Dans l'actualité, un texte que j'avais "commis" en 2010...
Ballade des Bonnets rouges*
I
Pemoc’h* ! Disent les Bonnets rouges
De Basse Bretagne où rien ne bouge
Au roi Louis* qui fait la guerre
Avec l’argent des pauvres hères.
II
Mais à Bordeaux on se soulève
Dans les taxes il faut une trêve,
Les émeutiers narguent d’Albret*
Anqui* ! C’est trop nous sommes prêts.
III
Puis la révolte éclate à Rennes
En souvenir d’Anne la Reine*,
On détruit le papier timbré
Dans les bureaux qui sont pillés.
IV
Les paysans prennent Pontivy*
Et font répandre l’eau de vie,
« Vive le roi sans la gabelle ! »
Devient la clameur de rappel.
V
Ils imposent un code paysan
Pour établir des règlements
L’espoir renaît en Basse Bretagne
Mais des troupes sont venues d’Allemagne
VI
Tous les meneurs vont être pendus
Sur le grand chêne au bout de la rue.
A Bordeaux on détruit une porte
Afin d’humilier cette place forte.
VII
Des clochers sont décapités*
Dans la Bretagne terre de piété,
Les troupes font subir la violence
Pour tuer toute résistance.
VIII
Les Bonnets rouges font encore peur
A ceux qui deviennent décideurs,*
Ce fut une triste répétition
Avant la Grande Révolution.
Complainte révolutionnaire, Alain Montfort, mars 2010
Bonnets rouges : évocation de la Révolte du papier timbré sous Louis XIV d’avril à septembre 1675. Pour financer la guerre contre les Hollandais le Roi crée de nouveaux impôts, notamment sur les actes à papier timbré (justice, testaments, ventes…) puis sur le tabac et l’étain… Le soulèvement contre les charges nouvelles débute à Bordeaux, en Bretagne les insurgés portent des bonnets rouges.
Pemoc’h : cochon, en langue bretonne.

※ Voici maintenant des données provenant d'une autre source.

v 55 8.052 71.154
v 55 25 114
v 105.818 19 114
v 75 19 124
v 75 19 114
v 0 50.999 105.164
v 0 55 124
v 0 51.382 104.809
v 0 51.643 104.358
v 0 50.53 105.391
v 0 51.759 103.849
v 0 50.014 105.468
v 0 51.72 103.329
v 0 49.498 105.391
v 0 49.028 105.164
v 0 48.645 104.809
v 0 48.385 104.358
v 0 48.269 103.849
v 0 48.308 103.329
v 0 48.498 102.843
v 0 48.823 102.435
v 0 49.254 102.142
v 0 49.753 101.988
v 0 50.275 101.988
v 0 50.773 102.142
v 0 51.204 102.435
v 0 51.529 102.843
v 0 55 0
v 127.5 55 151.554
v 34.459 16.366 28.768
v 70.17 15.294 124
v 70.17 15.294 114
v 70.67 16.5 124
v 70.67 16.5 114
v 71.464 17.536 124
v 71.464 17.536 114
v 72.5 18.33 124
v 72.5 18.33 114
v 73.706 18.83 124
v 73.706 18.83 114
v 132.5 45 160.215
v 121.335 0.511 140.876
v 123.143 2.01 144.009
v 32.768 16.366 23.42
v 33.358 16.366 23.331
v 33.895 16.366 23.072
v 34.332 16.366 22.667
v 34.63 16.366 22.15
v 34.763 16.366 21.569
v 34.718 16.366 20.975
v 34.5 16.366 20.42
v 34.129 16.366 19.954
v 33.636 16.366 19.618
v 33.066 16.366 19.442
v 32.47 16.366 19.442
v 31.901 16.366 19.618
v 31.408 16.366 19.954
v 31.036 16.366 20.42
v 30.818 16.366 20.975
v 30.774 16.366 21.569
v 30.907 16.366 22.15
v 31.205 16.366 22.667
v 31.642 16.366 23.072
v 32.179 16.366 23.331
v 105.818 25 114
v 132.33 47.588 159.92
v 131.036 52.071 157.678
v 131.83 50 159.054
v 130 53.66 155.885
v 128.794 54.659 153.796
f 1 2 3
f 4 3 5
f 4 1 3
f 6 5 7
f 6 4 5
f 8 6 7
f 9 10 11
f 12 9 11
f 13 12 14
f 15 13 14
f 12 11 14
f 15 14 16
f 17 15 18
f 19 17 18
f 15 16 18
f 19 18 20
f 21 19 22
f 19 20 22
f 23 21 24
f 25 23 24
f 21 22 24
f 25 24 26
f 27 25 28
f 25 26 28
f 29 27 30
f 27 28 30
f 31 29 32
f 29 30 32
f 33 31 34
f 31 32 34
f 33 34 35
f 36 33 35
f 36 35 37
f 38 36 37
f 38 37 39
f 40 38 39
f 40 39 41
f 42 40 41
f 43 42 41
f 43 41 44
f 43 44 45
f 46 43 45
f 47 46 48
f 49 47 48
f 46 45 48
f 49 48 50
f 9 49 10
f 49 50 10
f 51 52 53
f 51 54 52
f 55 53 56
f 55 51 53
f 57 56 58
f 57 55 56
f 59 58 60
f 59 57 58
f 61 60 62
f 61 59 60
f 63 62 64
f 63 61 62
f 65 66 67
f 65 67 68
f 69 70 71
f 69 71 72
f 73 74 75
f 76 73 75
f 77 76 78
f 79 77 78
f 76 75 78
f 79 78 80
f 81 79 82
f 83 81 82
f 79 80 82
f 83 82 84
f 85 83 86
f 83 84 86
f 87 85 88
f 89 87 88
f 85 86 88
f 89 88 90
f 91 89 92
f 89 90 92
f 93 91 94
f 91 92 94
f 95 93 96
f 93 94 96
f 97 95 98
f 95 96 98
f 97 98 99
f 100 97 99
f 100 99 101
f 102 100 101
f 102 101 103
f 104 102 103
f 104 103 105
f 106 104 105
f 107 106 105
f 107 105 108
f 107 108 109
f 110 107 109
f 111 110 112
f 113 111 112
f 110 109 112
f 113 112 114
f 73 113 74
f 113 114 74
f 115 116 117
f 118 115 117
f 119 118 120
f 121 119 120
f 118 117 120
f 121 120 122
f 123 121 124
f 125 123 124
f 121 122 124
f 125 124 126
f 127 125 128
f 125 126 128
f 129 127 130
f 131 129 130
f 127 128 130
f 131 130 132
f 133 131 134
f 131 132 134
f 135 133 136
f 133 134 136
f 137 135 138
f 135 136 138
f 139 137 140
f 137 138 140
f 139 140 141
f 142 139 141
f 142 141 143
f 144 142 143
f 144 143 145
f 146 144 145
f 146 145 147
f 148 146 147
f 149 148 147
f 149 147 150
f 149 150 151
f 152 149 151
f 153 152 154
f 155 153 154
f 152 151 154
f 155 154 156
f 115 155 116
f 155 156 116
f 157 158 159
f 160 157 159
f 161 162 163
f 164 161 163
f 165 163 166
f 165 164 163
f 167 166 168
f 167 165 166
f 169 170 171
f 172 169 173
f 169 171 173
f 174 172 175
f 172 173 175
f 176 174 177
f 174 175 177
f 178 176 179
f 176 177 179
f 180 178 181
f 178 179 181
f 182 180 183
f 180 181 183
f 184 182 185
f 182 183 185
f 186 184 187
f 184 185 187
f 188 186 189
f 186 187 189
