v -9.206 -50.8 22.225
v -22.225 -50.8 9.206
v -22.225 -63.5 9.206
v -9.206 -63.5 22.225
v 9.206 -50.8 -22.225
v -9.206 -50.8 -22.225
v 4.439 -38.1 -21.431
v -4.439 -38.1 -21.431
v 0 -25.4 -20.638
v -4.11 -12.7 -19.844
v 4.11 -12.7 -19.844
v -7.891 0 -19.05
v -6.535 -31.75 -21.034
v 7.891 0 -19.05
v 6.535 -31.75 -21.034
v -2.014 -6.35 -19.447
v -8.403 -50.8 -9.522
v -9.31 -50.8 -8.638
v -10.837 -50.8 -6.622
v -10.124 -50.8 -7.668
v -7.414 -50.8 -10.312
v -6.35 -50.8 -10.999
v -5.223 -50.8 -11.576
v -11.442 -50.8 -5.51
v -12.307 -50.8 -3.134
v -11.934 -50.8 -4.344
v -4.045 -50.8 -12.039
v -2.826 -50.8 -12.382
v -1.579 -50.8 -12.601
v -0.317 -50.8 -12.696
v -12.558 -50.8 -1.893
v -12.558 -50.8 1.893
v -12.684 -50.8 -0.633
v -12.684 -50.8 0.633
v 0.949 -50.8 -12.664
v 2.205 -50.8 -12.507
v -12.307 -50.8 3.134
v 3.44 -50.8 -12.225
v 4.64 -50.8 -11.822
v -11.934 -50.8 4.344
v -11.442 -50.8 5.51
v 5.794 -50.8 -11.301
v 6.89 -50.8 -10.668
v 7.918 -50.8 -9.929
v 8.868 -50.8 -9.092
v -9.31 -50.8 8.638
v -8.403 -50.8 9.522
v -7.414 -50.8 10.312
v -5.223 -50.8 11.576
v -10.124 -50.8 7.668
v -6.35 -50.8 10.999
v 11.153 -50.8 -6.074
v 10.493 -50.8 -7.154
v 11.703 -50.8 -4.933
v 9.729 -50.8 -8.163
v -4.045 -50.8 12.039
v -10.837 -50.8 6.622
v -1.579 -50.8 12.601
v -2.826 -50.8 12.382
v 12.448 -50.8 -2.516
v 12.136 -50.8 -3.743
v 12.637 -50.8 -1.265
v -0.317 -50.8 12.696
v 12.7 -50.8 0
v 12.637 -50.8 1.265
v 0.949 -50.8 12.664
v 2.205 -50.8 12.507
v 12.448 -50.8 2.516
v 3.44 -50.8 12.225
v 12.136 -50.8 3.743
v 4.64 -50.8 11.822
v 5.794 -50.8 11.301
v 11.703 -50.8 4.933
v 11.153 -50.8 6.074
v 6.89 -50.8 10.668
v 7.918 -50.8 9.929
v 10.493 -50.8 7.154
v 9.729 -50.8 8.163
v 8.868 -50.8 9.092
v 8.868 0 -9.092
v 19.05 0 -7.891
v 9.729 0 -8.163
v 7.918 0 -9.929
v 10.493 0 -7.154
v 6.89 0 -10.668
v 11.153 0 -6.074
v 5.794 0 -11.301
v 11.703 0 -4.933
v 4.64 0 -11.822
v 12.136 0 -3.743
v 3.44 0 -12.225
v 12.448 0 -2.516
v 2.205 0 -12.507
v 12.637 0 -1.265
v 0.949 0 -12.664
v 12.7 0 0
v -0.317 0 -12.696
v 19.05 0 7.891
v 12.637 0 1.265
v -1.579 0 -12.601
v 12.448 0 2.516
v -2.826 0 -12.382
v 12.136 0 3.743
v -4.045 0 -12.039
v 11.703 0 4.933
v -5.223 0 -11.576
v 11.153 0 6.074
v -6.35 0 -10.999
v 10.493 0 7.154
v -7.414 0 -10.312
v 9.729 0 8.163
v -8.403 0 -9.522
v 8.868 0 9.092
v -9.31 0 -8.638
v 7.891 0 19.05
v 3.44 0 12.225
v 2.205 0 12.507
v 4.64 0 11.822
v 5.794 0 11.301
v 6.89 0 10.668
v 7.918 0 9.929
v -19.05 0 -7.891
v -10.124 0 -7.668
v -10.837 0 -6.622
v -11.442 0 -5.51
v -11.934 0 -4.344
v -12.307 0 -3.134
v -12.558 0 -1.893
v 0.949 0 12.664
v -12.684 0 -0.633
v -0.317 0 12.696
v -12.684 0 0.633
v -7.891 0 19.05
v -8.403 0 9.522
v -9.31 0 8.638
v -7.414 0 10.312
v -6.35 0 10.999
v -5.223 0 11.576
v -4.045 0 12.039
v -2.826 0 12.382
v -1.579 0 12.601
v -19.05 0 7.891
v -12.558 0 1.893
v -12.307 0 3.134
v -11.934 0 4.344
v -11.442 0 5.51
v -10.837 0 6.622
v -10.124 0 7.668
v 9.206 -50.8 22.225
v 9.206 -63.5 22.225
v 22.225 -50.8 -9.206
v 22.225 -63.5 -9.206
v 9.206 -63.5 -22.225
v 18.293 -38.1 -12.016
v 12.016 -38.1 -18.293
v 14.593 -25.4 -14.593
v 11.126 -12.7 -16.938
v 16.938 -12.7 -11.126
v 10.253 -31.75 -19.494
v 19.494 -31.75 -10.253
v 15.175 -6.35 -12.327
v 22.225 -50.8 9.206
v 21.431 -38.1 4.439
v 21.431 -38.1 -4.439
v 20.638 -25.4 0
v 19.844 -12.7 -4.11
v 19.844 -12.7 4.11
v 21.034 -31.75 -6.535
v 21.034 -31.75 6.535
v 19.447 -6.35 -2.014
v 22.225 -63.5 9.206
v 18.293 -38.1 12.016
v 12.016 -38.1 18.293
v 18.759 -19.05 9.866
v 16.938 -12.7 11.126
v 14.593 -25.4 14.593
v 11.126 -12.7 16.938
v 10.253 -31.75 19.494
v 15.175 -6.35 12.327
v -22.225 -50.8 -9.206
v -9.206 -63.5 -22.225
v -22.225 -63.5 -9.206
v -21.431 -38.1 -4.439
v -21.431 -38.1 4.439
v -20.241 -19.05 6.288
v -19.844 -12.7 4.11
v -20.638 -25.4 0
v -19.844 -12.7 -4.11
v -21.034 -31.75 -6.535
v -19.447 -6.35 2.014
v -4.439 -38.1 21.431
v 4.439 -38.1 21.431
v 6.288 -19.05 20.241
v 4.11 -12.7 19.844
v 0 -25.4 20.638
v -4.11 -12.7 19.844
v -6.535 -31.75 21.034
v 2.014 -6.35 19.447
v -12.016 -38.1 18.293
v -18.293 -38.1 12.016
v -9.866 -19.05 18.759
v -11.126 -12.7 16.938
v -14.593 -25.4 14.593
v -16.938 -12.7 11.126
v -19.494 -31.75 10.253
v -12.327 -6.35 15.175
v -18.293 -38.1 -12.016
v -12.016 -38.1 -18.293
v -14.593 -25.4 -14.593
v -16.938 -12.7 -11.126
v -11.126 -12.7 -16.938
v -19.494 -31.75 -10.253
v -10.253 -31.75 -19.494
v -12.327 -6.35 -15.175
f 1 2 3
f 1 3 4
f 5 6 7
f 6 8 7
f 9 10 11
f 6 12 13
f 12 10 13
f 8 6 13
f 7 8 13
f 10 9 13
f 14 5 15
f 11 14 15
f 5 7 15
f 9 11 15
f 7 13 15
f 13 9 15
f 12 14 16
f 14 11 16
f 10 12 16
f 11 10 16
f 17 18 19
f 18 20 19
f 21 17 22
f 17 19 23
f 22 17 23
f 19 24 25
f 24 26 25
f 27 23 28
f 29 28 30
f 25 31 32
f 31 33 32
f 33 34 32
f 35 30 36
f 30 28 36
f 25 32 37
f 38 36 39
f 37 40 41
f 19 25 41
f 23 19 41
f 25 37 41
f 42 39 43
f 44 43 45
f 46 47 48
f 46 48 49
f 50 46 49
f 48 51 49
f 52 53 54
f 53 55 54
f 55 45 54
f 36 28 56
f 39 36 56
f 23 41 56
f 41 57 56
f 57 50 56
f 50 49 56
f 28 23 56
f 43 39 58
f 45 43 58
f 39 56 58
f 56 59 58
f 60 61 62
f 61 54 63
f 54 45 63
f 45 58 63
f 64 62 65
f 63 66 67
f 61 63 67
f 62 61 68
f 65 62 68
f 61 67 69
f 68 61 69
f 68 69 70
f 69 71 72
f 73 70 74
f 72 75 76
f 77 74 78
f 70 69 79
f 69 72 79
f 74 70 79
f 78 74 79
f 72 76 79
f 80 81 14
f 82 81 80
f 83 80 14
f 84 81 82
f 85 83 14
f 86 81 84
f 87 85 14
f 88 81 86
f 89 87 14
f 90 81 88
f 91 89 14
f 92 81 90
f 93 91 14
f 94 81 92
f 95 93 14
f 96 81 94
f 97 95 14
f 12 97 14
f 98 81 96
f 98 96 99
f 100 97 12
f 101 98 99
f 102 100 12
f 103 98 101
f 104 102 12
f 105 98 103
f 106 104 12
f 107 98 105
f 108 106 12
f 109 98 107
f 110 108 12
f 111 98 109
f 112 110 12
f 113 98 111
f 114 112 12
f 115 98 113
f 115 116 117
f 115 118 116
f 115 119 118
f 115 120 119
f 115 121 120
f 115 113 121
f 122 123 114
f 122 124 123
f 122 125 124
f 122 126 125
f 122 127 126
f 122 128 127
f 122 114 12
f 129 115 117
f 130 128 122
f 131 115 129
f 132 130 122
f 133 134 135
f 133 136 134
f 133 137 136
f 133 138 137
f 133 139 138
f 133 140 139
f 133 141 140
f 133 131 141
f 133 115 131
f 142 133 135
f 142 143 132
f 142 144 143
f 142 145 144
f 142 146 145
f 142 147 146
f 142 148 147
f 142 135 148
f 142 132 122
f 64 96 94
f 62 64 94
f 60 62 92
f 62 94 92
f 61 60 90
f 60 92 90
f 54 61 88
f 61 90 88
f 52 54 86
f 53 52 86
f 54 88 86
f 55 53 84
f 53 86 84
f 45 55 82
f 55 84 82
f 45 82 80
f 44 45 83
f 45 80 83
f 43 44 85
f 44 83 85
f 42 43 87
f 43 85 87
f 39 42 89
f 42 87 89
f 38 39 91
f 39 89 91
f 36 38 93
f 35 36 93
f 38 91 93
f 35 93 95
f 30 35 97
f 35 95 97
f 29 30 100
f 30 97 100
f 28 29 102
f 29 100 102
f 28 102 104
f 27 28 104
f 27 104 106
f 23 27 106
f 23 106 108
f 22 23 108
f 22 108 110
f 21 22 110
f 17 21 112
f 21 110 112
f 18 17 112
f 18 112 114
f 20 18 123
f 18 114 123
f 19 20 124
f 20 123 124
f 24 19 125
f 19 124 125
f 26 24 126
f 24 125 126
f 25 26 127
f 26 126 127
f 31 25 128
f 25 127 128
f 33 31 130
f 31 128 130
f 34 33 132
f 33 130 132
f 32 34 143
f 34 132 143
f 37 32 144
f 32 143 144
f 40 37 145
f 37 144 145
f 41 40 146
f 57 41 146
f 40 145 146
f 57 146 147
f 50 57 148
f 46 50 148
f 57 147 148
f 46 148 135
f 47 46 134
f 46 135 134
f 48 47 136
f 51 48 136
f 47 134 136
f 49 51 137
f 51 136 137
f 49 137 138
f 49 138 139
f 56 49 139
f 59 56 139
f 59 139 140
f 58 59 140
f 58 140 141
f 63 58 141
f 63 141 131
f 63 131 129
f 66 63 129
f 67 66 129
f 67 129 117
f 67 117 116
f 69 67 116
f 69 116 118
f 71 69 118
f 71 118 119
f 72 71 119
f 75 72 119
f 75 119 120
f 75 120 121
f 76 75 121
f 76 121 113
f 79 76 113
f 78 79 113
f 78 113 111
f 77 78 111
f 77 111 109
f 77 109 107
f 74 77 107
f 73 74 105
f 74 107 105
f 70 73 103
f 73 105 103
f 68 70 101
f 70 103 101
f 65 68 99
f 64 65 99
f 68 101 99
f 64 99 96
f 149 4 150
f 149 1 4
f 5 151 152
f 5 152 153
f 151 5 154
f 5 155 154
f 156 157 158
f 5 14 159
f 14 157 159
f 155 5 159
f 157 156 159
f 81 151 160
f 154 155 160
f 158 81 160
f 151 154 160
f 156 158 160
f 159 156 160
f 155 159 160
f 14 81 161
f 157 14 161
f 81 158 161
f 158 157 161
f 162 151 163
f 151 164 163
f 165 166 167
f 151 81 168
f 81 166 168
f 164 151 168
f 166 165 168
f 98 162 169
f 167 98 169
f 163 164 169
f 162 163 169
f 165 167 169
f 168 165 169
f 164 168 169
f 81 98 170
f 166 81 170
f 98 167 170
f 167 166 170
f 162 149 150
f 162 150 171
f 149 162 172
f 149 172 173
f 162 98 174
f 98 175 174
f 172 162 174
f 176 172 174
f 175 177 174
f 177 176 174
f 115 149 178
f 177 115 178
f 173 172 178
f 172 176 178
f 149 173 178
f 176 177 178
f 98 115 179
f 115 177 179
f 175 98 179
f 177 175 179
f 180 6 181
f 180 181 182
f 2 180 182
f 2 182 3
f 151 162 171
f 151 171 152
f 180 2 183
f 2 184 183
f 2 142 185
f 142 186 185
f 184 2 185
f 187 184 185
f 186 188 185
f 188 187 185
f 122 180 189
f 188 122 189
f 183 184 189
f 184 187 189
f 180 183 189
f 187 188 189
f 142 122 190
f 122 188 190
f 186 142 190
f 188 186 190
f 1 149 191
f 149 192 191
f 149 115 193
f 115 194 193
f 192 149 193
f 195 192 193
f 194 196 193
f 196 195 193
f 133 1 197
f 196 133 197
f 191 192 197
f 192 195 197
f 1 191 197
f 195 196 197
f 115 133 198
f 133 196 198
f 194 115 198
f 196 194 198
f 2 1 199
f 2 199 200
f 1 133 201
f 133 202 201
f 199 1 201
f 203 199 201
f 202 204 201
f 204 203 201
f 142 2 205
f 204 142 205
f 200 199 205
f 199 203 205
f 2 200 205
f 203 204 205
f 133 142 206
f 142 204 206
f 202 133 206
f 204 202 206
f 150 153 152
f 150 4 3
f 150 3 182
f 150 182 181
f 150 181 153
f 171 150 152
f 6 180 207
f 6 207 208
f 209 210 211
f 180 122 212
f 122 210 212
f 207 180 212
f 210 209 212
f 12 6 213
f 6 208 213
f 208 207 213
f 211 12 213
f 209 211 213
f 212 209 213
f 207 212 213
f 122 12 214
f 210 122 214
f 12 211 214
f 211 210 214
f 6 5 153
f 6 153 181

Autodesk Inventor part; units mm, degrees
ref_plane "YZ Plane" through (0, 0, 0) normal (1, 0, 0) x (0, 1, 0)
ref_plane "XZ Plane" through (0, 0, 0) normal (0, 1, 0) x (-1, 0, 0)
ref_plane "XY Plane" through (0, 0, 0) normal (0, 0, 1) x (1, 0, 0)
sketch "Sketch1" plane through (0, 0, 0) normal (0, 1, 0) x (-1, 0, 0)
  line L0 (7.8908, 19.05) -> (19.05, 7.8908)
  line L1 (19.05, 7.8908) -> (19.05, -7.8908)
  line L2 (19.05, -7.8908) -> (7.8908, -19.05)
  line L3 (7.8908, -19.05) -> (-7.8908, -19.05)
  line L4 (-7.8908, -19.05) -> (-19.05, -7.8908)
  line L5 (-19.05, -7.8908) -> (-19.05, 7.8908)
  line L6 (-19.05, 7.8908) -> (-7.8908, 19.05)
  line L7 (-7.8908, 19.05) -> (7.8908, 19.05)
  point P0 (0, 0)
  point P1 (0, 0)
  dimension "d5" = 19.05
extrude "Extrusion1" add sketch "Sketch1" against normal blind 50.8
sketch "Sketch4" plane through (0, -50.8, 0) normal (0, -1, 0) x (1, 0, 0)
  line L0 (9.2059, 22.225) -> (22.225, 9.2059)
  line L1 (22.225, 9.2059) -> (22.225, -9.2059)
  line L2 (22.225, -9.2059) -> (9.2059, -22.225)
  line L3 (9.2059, -22.225) -> (-9.2059, -22.225)
  line L4 (-9.2059, -22.225) -> (-22.225, -9.2059)
  line L5 (-22.225, -9.2059) -> (-22.225, 9.2059)
  line L6 (-22.225, 9.2059) -> (-9.2059, 22.225)
  line L7 (-9.2059, 22.225) -> (9.2059, 22.225)
  line L8 (7.8908, 19.05) -> (-7.8908, 19.05) projected
  point P0 (0, 0)
  point P1 (0, 0)
  dimension "d17" = 3.175
loft "Loft1" add profiles "Sketch4" section 2 edges at (-13.4704, 0, 13.4704) (0, 0, 19.05) (13.4704, 0, 13.4704) (19.05, 0, 0) (13.4704, 0, -13.4704) (0, 0, -19.05) (-13.4704, 0, -13.4704) (-19.05, 0, 0)
sketch "Sketch5" plane through (0, 0, 0) normal (0, 1, 0) x (1, 0, 0)
  circle A0 centre (0, 0) radius 12.7
  dimension "d11" = 25.4
extrude "Extrusion2" cut sketch "Sketch5" against normal blind 50.8
ref_plane "Work Plane1" through (0, -50.8, 22.225) normal (1, 0, 0) x (0, 1, 0)
sketch "Sketch6" plane through (0, -50.8, 22.225) normal (1, 0, 0) x (0, 1, 0)
  point P0 (50.8, -22.225)
sketch "Sketch7" plane through (0, -50.8, 22.225) normal (1, 0, 0) x (0, 1, 0)
  point P0 (50.8, -22.225)
sketch "Sketch8" plane through (0, -50.8, 0) normal (0, -1, 0) x (1, 0, 0)
  circle A0 centre (0, 0) radius 12.7 projected
  line L0 (9.2059, 22.225) -> (22.225, 9.2059) projected
  line L1 (-9.2059, 22.225) -> (9.2059, 22.225) projected
  line L2 (-22.225, 9.2059) -> (-9.2059, 22.225) projected
  line L3 (-22.225, -9.2059) -> (-22.225, 9.2059) projected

Prononcer « pimor », (c’h guttural).
Albret : César d’Albret, gouverneur de la ville de Bordeaux à l’époque.
Anqui : « Oh, la, la ! » manifestation d’indignation en Bordeluche, dialecte ancien dérivé du Gascon.
Anne la Reine : la duchesse Anne de Bretagne, 1477-1514, reine de France de 1491 à 1498.
Pontivy : Morbihan. 2000 paysans prennent la ville et absorbent ou répandent le cidre et l’eau de vie. (Une sorte de tradition demeure : à chaque fièvre paysanne les agriculteurs envahissent la ville et déversent des productions, du fumier, du lisier…).
Clochers décapités : notamment en Pays Bigouden, où le résultat est encore visible sur quelques lieux de culte.
Décideurs : allusion à une décision préfectorale du Finistère de 2005 interdisant à la ville de Carhaix de représenter sur un panneau touristique l’image d’un insurgé de la Révolte des Bonnets rouges.